In 1961, Becker discussed the taxonomy of P. latahensis in his monograph on the Oligocene Ruby basin flora of Southwestern Montana. Based on the assumption that the Klondike Mountain Formation was of Oligocene age, he placed several Ruby Basin fossils into a revised definition of P. monticolensis. Becker noted that the name P. latahensis was chosen to honor a formation of different age and location then the type locality, and so he opted to suggest synonymy of P. latahensis into P. monticolensis as a whole plant species definition. He noted that taxonomic priority would favor the use of the name P. latahensis over P. monticolensis, as it was the first species described in the 1929 publication, but chose to ignore the rule.

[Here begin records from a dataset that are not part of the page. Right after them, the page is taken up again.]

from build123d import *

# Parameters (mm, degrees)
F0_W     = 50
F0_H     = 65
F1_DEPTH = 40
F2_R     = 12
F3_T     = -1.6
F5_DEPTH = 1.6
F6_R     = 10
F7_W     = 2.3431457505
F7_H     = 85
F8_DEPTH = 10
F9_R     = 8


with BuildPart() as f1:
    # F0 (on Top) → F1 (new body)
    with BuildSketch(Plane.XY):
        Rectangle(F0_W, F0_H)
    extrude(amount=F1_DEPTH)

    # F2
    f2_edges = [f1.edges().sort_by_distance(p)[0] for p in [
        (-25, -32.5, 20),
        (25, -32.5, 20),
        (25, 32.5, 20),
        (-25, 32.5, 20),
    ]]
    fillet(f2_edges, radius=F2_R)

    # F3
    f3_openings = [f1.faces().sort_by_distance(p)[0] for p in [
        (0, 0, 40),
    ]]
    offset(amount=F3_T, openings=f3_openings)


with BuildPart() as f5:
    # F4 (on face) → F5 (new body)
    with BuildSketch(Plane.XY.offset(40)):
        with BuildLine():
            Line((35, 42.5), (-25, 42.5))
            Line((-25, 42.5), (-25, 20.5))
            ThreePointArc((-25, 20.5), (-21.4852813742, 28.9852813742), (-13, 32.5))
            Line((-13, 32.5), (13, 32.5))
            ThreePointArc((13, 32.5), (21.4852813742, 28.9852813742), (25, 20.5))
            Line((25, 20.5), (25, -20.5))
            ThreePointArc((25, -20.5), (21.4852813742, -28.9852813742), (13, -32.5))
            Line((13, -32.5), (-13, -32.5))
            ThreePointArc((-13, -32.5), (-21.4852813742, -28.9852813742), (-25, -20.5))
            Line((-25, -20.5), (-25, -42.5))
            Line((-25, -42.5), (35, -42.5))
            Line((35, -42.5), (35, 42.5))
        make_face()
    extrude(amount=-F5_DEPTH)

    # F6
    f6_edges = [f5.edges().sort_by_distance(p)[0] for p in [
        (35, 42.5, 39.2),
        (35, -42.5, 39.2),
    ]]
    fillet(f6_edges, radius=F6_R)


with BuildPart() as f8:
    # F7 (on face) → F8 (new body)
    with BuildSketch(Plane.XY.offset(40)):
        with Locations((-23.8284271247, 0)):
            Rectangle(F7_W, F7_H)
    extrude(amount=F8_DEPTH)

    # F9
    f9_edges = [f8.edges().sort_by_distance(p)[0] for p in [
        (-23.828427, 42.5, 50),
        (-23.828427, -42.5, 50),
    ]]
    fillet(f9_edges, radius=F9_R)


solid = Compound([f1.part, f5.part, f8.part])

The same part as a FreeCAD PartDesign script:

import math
import FreeCAD as App
import Part
import Sketcher
Q = App.Units.Quantity


def edges_at(feature, points):
    """Names of the edges that pass closest to the given points."""
    edges = feature.Shape.Edges
    near = lambda p: min(range(len(edges)), key=lambda i: edges[i].distToShape(Part.Vertex(*p))[0])
    return sorted({f"Edge{near(p) + 1}" for p in points})


def faces_at(feature, points):
    """Names of the faces that lie closest to the given points."""
    faces = feature.Shape.Faces
    near = lambda p: min(range(len(faces)), key=lambda i: faces[i].distToShape(Part.Vertex(*p))[0])
    return sorted({f"Face{near(p) + 1}" for p in points})


def add_polygon(sketch, points):
    """Adds a closed chain of lines whose ends are joined by coincident constraints."""
    first, n = sketch.GeometryCount, len(points)
    for a, b in zip(points, points[1:] + points[:1]):
        sketch.addGeometry(Part.LineSegment(App.Vector(*a, 0), App.Vector(*b, 0)), False)
    for i in range(n):
        sketch.addConstraint(Sketcher.Constraint("Coincident", first + i, 2, first + (i + 1) % n, 1))

doc = App.newDocument("Part")
body = doc.addObject("PartDesign::Body", "Body")

# Sketch on XY plane
sketch1 = body.newObject("Sketcher::SketchObject", "Sketch")
sketch1.AttachmentSupport = (doc.getObject("XY_Plane"), [""])
sketch1.MapMode = "FlatFace"
add_polygon(sketch1, [(-25, 32), (-25, -32), (25, -32), (25, 32)])  # lines 0-3
sketch1.addConstraint(Sketcher.Constraint("Vertical", 0))
sketch1.addConstraint(Sketcher.Constraint("Horizontal", 1))
sketch1.addConstraint(Sketcher.Constraint("Vertical", 2))
sketch1.addConstraint(Sketcher.Constraint("Horizontal", 3))
sketch1.addConstraint(Sketcher.Constraint("Symmetric", 0, 2, 2, 2, -1, 1))
sketch1.addConstraint(Sketcher.Constraint("DistanceX", 1, 1, 1, 2, Q("50 mm")))
sketch1.addConstraint(Sketcher.Constraint("DistanceY", 0, 2, 0, 1, Q("65 mm")))
pad1 = body.newObject("PartDesign::Pad", "Pad")
pad1.Profile = sketch1
pad1.Length = 40
doc.recompute()

fillet = body.newObject("PartDesign::Fillet", "Fillet")
fillet.Base = (pad1, edges_at(pad1, [
    (-25, -32.5, 20),
    (25, -32.5, 20),
    (25, 32.5, 20),
    (-25, 32.5, 20),
]))
fillet.Radius = 12
doc.recompute()

thickness = body.newObject("PartDesign::Thickness", "Thickness")
thickness.Base = (fillet, faces_at(fillet, [(0, 0, 40)]))
thickness.Value = 1.6
thickness.Reversed = True
thickness.Join = "Arc"
body2 = doc.addObject("PartDesign::Body", "Body001")

# Sketch on XY plane
sketch2 = body2.newObject("Sketcher::SketchObject", "Sketch001")
sketch2.AttachmentSupport = (doc.getObject("XY_Plane001"), [""])
sketch2.MapMode = "FlatFace"
sketch2.AttachmentOffset = App.Placement(App.Vector(0, 0, 40), App.Rotation())
sketch2.addGeometry(Part.LineSegment(App.Vector(35, 42, 0), App.Vector(-25, 42, 0)), False)
sketch2.addGeometry(Part.LineSegment(App.Vector(-25, 42, 0), App.Vector(-25, 20, 0)), False)
sketch2.addGeometry(Part.ArcOfCircle(Part.Circle(App.Vector(-13, 20, 0), App.Vector(0, 0, 1), 12), math.radians(90), math.radians(180)), False)
sketch2.addGeometry(Part.LineSegment(App.Vector(-13, 32, 0), App.Vector(13, 32, 0)), False)
sketch2.addGeometry(Part.ArcOfCircle(Part.Circle(App.Vector(13, 20, 0), App.Vector(0, 0, 1), 12), math.radians(0), math.radians(90)), False)
sketch2.addGeometry(Part.LineSegment(App.Vector(25, 20, 0), App.Vector(25, -20, 0)), False)
sketch2.addGeometry(Part.ArcOfCircle(Part.Circle(App.Vector(13, -20, 0), App.Vector(0, 0, 1), 12), math.radians(-90), math.radians(0)), False)
sketch2.addGeometry(Part.LineSegment(App.Vector(13, -32, 0), App.Vector(-13, -32, 0)), False)
sketch2.addGeometry(Part.ArcOfCircle(Part.Circle(App.Vector(-13, -20, 0), App.Vector(0, 0, 1), 12), math.radians(180), math.radians(270)), False)
sketch2.addGeometry(Part.LineSegment(App.Vector(-25, -20, 0), App.Vector(-25, -42, 0)), False)
sketch2.addGeometry(Part.LineSegment(App.Vector(-25, -42, 0), App.Vector(35, -42, 0)), False)
sketch2.addGeometry(Part.LineSegment(App.Vector(35, -42, 0), App.Vector(35, 42, 0)), False)
sketch2.addConstraint(Sketcher.Constraint("Coincident", 0, 2, 1, 1))
sketch2.addConstraint(Sketcher.Constraint("Tangent", 1, 2, 2, 2))
sketch2.addConstraint(Sketcher.Constraint("Tangent", 2, 1, 3, 1))
sketch2.addConstraint(Sketcher.Constraint("Tangent", 3, 2, 4, 2))
sketch2.addConstraint(Sketcher.Constraint("Tangent", 4, 1, 5, 1))
sketch2.addConstraint(Sketcher.Constraint("Tangent", 5, 2, 6, 2))
sketch2.addConstraint(Sketcher.Constraint("Tangent", 6, 1, 7, 1))
sketch2.addConstraint(Sketcher.Constraint("Tangent", 7, 2, 8, 2))
sketch2.addConstraint(Sketcher.Constraint("Tangent", 8, 1, 9, 1))
sketch2.addConstraint(Sketcher.Constraint("Coincident", 9, 2, 10, 1))
sketch2.addConstraint(Sketcher.Constraint("Coincident", 10, 2, 11, 1))
sketch2.addConstraint(Sketcher.Constraint("Coincident", 11, 2, 0, 1))
sketch2.addConstraint(Sketcher.Constraint("Horizontal", 0))
sketch2.addConstraint(Sketcher.Constraint("Vertical", 1))
sketch2.addConstraint(Sketcher.Constraint("Horizontal", 3))
sketch2.addConstraint(Sketcher.Constraint("Vertical", 5))
sketch2.addConstraint(Sketcher.Constraint("Horizontal", 7))
sketch2.addConstraint(Sketcher.Constraint("Vertical", 9))
sketch2.addConstraint(Sketcher.Constraint("Horizontal", 10))
sketch2.addConstraint(Sketcher.Constraint("Vertical", 11))
sketch2.addConstraint(Sketcher.Constraint("Equal", 2, 4))
sketch2.addConstraint(Sketcher.Constraint("Equal", 4, 6))
sketch2.addConstraint(Sketcher.Constraint("Equal", 6, 8))
sketch2.addConstraint(Sketcher.Constraint("Symmetric", 2, 3, 6, 3, -1, 1))
sketch2.addConstraint(Sketcher.Constraint("Symmetric", 0, 2, 9, 2, -1))
sketch2.addConstraint(Sketcher.Constraint("Radius", 2, Q("12 mm")))
sketch2.addConstraint(Sketcher.Constraint("DistanceX", 0, 2, 0, 1, Q("60 mm")))
sketch2.addConstraint(Sketcher.Constraint("DistanceX", 3, 1, 3, 2, Q("26 mm")))
sketch2.addConstraint(Sketcher.Constraint("DistanceY", 1, 2, 1, 1, Q("22 mm")))
sketch2.addConstraint(Sketcher.Constraint("DistanceY", 5, 2, 5, 1, Q("41 mm")))
pad2 = body2.newObject("PartDesign::Pad", "Pad001")
pad2.Profile = sketch2
pad2.Length = 1.6
pad2.Reversed = True
doc.recompute()

fillet2 = body2.newObject("PartDesign::Fillet", "Fillet001")
fillet2.Base = (pad2, edges_at(pad2, [(35, 42.5, 39.2), (35, -42.5, 39.2)]))
fillet2.Radius = 10
body3 = doc.addObject("PartDesign::Body", "Body002")

# Sketch on XY plane
sketch3 = body3.newObject("Sketcher::SketchObject", "Sketch002")
sketch3.AttachmentSupport = (doc.getObject("XY_Plane002"), [""])
sketch3.MapMode = "FlatFace"
sketch3.AttachmentOffset = App.Placement(App.Vector(0, 0, 40), App.Rotation())
add_polygon(sketch3, [(-25, 42.5), (-25, -42.5), (-22.7, -42.5), (-22.7, 42.5)])  # lines 0-3
sketch3.addConstraint(Sketcher.Constraint("Vertical", 0))
sketch3.addConstraint(Sketcher.Constraint("Horizontal", 1))
sketch3.addConstraint(Sketcher.Constraint("Vertical", 2))
sketch3.addConstraint(Sketcher.Constraint("Horizontal", 3))
sketch3.addConstraint(Sketcher.Constraint("DistanceY", 0, 2, 0, 1, Q("85 mm")))
sketch3.addConstraint(Sketcher.Constraint("DistanceX", 0, 2, -1, 1, Q("25 mm")))
sketch3.addConstraint(Sketcher.Constraint("DistanceY", 0, 2, -1, 1, Q("42.5 mm")))
sketch3.addConstraint(Sketcher.Constraint("DistanceX", 1, 1, 1, 2, Q("2.343146 mm")))
pad3 = body3.newObject("PartDesign::Pad", "Pad002")
pad3.Profile = sketch3
pad3.Length = 10
doc.recompute()

fillet3 = body3.newObject("PartDesign::Fillet", "Fillet002")
fillet3.Base = (pad3, edges_at(pad3, [(-23.828, 42.5, 50), (-23.828, -42.5, 50)]))
fillet3.Radius = 8

doc.recompute()
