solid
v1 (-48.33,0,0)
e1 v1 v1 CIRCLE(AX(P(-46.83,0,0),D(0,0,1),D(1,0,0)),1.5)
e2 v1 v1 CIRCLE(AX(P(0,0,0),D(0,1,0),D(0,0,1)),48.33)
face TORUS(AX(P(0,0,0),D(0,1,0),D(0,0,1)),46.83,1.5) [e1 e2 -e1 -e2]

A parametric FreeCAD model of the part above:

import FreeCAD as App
import Part
import Sketcher
from FreeCAD import Vector
Q = App.Units.Quantity

doc = App.newDocument("Part")
body = doc.addObject("PartDesign::Body", "Body")

# Sketch on XY plane
sketch1 = body.newObject("Sketcher::SketchObject", "Sketch")
sketch1.AttachmentSupport = (doc.getObject("XY_Plane"), [""])
sketch1.MapMode = "FlatFace"
sketch1.addGeometry(Part.Circle(Vector(-46.8, 0, 0), Vector(0, 0, 1), 1.5), False)
sketch1.addConstraint([
    Sketcher.Constraint("PointOnObject", 0, 3, -1),
    Sketcher.Constraint("Diameter", 0, Q("3 mm")),
    Sketcher.Constraint("DistanceX", 0, 3, -1, 1, Q("46.83 mm")),
])

# Sketch on XZ plane
sketch2 = body.newObject("Sketcher::SketchObject", "Sketch001")
sketch2.AttachmentSupport = (doc.getObject("XZ_Plane"), [""])
sketch2.MapMode = "FlatFace"
sketch2.addGeometry(Part.Circle(Vector(0, 0, 0), Vector(0, 0, 1), 47), False)
sketch2.addConstraint([
    Sketcher.Constraint("Coincident", 0, 3, -1, 1),
    Sketcher.Constraint("Diameter", 0, Q("93.66 mm")),
])
doc.recompute()

additivepipe = body.newObject("PartDesign::AdditivePipe", "AdditivePipe")
additivepipe.Profile = sketch1
additivepipe.Spine = (sketch2, ["Edge1"])

doc.recompute()
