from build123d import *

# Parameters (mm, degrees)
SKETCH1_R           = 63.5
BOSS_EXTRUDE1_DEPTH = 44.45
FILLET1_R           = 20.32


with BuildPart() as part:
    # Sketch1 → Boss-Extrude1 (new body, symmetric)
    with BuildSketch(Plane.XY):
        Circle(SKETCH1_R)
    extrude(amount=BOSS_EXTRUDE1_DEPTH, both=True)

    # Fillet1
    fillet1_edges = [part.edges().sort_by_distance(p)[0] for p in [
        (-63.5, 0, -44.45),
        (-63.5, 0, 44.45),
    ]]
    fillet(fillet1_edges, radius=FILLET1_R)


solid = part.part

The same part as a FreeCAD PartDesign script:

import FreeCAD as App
import Part
import Sketcher
Q = App.Units.Quantity


def edges_at(feature, points):
    """Names of the edges that pass closest to the given points."""
    edges = feature.Shape.Edges
    near = lambda p: min(range(len(edges)), key=lambda i: edges[i].distToShape(Part.Vertex(*p))[0])
    return sorted({f"Edge{near(p) + 1}" for p in points})

doc = App.newDocument("Part")
body = doc.addObject("PartDesign::Body", "Body")

# Sketch on XY plane
sketch1 = body.newObject("Sketcher::SketchObject", "Sketch")
sketch1.AttachmentSupport = (doc.getObject("XY_Plane"), [""])
sketch1.MapMode = "FlatFace"
sketch1.addGeometry(Part.Circle(App.Vector(0, 0, 0), App.Vector(0, 0, 1), 64), False)
sketch1.addConstraint([
    Sketcher.Constraint("Coincident", 0, 3, -1, 1),
    Sketcher.Constraint("Diameter", 0, Q("5 in")),
])
pad1 = body.newObject("PartDesign::Pad", "Pad")
pad1.Profile = sketch1
pad1.Length = Q("3.5 in")
pad1.Midplane = True
doc.recompute()

fillet = body.newObject("PartDesign::Fillet", "Fillet")
fillet.Base = (pad1, edges_at(pad1, [(-63.5, 0, -44.45), (-63.5, 0, 44.45)]))
fillet.Radius = Q("0.8 in")

doc.recompute()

Three years later Jack Wolfe (1964) also briefly discussed P. latahensis this time in reference to Miocene fossils found of the Fingerrock Wash Flora of Southwestern Nevada. Wolfe took a more conservative approach to the fossils, and suggested that all Oligocene to modern fossils that resemble the living Pinus monticola should be considered to belong to that species. As such P. latahensis, along with four other fossil species were considered by Wolfe as junior synonyms of P. monticola.

==Description==
Needles on the P. latahensis type specimen are 1 mm wide by approximately 9 cm long, displaying two faces to each of the 5 individual needles. The needle sheath is deciduous, indicating a possible placement within the "white" pines (Pinus subgenus Strobus). The needles found in the Allenby Formation range 7 cm or more in length growing from dwarf shoots ranging between 2-3 mm in diameter by 5-6 mm long. In the type description, Berry noted the fossil examined to be very similar to both the living western white pine and sugar pines.